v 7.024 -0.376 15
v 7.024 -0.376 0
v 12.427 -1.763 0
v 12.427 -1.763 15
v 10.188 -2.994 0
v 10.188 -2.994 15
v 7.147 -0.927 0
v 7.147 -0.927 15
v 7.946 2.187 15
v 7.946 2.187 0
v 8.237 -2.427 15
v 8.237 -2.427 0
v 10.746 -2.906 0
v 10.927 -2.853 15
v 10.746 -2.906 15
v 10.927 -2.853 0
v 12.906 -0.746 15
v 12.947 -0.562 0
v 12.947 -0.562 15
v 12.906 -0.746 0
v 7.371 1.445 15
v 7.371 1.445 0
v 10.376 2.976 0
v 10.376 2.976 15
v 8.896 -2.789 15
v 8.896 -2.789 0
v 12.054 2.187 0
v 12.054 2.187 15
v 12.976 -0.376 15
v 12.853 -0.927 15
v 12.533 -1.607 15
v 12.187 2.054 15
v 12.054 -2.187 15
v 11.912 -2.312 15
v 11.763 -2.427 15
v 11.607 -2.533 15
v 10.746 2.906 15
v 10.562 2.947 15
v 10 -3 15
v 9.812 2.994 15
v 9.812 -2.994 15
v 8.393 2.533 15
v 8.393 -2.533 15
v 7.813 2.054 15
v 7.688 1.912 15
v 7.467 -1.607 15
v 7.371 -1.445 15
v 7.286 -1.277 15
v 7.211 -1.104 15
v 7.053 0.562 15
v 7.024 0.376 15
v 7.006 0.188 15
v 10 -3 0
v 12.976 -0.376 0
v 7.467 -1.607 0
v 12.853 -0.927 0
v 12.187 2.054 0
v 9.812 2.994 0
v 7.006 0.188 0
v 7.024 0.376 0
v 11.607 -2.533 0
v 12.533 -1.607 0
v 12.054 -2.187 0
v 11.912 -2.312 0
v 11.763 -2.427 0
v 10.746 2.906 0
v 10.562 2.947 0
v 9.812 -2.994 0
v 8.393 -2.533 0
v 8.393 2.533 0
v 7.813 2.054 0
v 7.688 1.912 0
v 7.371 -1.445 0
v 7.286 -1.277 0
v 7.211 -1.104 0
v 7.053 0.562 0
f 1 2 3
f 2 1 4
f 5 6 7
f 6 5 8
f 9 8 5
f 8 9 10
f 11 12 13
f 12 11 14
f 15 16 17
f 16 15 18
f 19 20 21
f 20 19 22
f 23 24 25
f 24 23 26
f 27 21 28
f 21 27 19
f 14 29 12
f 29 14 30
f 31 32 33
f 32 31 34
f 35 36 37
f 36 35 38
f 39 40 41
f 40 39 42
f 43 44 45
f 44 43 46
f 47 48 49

---

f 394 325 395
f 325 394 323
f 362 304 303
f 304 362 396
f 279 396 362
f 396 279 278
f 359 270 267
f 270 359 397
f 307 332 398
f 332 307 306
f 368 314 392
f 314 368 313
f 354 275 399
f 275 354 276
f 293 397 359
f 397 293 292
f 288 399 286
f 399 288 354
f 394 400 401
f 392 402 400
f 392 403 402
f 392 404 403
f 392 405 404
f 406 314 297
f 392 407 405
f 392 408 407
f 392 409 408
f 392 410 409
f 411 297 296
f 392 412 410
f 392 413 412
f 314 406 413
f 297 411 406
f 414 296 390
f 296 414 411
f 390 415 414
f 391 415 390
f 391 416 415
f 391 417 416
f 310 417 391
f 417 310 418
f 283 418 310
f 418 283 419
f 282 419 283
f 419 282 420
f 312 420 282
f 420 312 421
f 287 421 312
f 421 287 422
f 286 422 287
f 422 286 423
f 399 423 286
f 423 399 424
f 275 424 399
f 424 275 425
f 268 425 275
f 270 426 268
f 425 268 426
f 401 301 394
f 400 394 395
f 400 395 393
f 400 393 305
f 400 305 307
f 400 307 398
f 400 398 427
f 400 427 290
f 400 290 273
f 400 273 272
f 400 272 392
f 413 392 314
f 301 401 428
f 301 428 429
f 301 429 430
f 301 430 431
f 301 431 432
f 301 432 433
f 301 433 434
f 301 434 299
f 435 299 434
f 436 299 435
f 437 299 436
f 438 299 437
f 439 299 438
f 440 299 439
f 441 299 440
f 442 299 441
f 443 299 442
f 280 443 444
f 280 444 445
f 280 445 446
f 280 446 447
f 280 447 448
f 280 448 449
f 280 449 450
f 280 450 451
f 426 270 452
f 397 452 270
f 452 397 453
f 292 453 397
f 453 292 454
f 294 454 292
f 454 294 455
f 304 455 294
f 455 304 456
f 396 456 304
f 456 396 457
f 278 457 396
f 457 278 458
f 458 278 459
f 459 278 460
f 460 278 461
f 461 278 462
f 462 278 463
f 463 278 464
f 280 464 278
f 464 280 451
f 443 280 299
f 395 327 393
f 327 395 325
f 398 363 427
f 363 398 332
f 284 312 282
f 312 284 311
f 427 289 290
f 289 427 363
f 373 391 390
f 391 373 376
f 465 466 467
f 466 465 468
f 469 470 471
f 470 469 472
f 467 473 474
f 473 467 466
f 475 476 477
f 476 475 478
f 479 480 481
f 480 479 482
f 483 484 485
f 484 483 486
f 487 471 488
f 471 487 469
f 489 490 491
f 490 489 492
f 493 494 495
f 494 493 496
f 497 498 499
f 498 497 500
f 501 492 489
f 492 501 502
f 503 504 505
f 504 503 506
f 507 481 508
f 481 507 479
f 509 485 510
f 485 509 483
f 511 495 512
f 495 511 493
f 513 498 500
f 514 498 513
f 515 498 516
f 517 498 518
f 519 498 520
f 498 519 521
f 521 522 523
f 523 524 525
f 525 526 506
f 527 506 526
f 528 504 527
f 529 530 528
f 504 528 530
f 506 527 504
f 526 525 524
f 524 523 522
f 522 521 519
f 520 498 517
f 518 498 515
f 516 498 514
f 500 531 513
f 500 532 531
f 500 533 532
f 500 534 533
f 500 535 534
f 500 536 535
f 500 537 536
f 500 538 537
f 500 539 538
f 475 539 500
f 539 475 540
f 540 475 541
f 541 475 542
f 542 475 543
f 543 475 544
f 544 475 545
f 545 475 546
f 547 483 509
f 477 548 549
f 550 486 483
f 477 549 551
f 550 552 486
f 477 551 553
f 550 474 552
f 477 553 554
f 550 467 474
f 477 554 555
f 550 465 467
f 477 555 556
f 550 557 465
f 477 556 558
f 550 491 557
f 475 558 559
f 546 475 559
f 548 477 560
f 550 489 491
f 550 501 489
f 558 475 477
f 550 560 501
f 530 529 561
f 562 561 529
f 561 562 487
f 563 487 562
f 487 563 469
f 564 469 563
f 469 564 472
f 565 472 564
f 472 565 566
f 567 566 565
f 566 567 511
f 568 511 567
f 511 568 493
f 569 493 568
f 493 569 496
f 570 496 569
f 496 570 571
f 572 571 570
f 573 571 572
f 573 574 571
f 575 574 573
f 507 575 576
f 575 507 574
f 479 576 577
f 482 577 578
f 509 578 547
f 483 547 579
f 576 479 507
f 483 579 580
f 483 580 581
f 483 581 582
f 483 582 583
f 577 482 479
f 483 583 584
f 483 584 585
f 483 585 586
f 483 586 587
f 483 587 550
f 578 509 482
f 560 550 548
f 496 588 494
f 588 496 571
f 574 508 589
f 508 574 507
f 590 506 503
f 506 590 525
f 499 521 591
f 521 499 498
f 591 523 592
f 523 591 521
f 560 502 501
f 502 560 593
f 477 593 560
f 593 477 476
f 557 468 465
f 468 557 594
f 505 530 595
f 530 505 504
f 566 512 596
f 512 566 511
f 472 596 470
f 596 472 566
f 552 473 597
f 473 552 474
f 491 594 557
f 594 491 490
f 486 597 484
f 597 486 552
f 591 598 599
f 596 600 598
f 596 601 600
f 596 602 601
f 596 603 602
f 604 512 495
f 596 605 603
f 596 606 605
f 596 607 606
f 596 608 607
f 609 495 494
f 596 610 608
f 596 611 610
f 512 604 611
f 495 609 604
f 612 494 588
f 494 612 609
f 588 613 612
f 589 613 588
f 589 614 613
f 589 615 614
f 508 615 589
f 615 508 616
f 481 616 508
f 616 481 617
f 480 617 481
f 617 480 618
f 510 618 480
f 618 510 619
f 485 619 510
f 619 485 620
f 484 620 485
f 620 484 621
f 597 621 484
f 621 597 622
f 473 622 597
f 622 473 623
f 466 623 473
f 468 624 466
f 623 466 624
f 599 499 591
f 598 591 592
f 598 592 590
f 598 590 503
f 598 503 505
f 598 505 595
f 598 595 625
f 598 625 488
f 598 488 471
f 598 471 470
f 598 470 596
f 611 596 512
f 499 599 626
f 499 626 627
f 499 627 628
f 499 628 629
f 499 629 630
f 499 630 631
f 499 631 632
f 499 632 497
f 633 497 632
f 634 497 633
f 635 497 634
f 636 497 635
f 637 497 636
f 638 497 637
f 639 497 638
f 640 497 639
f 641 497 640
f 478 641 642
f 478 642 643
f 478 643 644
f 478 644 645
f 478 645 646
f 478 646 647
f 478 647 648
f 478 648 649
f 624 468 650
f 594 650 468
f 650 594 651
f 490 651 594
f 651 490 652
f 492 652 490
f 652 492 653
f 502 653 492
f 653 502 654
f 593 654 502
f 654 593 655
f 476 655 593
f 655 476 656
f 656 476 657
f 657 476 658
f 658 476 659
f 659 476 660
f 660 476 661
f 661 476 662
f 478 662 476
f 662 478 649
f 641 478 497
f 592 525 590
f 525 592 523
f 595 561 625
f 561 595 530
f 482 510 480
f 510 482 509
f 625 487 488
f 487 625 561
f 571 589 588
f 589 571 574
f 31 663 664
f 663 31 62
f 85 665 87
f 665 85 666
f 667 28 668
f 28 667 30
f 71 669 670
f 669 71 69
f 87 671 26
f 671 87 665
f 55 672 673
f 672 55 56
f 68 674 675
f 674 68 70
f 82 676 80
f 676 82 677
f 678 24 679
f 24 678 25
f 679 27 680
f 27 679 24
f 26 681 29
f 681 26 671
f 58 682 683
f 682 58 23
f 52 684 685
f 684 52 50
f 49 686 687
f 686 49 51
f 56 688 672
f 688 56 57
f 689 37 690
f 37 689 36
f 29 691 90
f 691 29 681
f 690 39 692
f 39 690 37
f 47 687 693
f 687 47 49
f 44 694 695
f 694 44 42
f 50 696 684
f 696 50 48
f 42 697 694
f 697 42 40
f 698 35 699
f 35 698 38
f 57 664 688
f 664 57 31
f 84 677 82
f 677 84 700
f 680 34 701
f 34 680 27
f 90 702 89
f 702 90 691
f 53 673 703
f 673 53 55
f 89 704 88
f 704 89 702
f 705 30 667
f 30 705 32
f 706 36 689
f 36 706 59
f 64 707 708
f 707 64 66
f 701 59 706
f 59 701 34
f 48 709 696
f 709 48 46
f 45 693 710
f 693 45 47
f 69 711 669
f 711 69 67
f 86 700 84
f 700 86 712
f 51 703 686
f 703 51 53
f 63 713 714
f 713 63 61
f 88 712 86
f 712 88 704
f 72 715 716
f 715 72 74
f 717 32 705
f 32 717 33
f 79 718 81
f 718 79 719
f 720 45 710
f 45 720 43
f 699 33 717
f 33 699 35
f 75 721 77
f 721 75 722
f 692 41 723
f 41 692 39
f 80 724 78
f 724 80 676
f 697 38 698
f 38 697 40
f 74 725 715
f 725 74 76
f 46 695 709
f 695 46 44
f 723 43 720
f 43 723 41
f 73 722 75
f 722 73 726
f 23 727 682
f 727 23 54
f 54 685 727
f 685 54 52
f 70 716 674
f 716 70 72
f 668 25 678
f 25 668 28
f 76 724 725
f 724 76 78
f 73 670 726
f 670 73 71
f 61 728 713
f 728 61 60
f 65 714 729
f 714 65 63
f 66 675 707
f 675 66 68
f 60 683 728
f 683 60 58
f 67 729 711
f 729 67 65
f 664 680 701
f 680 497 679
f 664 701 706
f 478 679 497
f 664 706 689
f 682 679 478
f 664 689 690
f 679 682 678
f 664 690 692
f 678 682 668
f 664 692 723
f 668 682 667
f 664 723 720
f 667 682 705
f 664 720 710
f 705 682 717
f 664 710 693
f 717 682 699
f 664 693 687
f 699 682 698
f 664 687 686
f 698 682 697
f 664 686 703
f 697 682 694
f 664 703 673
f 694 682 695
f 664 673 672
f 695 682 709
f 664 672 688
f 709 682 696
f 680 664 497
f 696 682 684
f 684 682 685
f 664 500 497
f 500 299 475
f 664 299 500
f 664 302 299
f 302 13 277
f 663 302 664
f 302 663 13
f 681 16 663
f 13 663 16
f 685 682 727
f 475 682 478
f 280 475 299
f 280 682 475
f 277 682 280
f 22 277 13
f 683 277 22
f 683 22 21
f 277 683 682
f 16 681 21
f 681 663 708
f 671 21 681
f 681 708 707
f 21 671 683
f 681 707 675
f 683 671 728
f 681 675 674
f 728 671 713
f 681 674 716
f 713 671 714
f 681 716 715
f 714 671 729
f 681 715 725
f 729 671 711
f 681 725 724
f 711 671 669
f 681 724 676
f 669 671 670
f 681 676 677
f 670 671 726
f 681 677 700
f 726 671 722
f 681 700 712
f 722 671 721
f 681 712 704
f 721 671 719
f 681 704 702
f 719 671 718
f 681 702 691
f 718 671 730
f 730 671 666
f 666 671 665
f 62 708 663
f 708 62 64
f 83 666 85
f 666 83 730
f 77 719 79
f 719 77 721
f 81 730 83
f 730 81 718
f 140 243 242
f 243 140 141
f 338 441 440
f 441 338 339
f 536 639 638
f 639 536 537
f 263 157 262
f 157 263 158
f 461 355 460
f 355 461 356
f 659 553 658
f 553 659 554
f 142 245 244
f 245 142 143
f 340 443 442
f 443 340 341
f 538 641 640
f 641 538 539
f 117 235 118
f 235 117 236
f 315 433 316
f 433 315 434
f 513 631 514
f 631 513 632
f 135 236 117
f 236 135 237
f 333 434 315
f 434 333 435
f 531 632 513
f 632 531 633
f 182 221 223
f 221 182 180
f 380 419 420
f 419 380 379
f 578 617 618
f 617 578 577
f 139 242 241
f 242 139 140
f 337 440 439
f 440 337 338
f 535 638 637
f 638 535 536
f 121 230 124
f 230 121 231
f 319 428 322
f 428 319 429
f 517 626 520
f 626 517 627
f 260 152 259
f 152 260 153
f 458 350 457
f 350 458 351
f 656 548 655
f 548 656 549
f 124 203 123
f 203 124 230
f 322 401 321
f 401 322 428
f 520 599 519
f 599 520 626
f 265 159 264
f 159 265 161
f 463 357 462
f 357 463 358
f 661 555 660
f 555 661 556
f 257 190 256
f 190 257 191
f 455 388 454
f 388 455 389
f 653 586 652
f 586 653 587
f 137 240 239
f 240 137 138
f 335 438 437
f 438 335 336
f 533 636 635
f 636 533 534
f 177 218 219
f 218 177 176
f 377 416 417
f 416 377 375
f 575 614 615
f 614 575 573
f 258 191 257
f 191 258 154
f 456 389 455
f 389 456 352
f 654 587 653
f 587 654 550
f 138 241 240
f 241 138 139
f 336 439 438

§ **Task item**: Write down, word for word, the lines above from the one containing "f 280 450 451" through the one containing "f 470 469 472", both ends included.

§ **Answer to the exercise**:
f 280 450 451
f 426 270 452
f 397 452 270
f 452 397 453
f 292 453 397
f 453 292 454
f 294 454 292
f 454 294 455
f 304 455 294
f 455 304 456
f 396 456 304
f 456 396 457
f 278 457 396
f 457 278 458
f 458 278 459
f 459 278 460
f 460 278 461
f 461 278 462
f 462 278 463
f 463 278 464
f 280 464 278
f 464 280 451
f 443 280 299
f 395 327 393
f 327 395 325
f 398 363 427
f 363 398 332
f 284 312 282
f 312 284 311
f 427 289 290
f 289 427 363
f 373 391 390
f 391 373 376
f 465 466 467
f 466 465 468
f 469 470 471
f 470 469 472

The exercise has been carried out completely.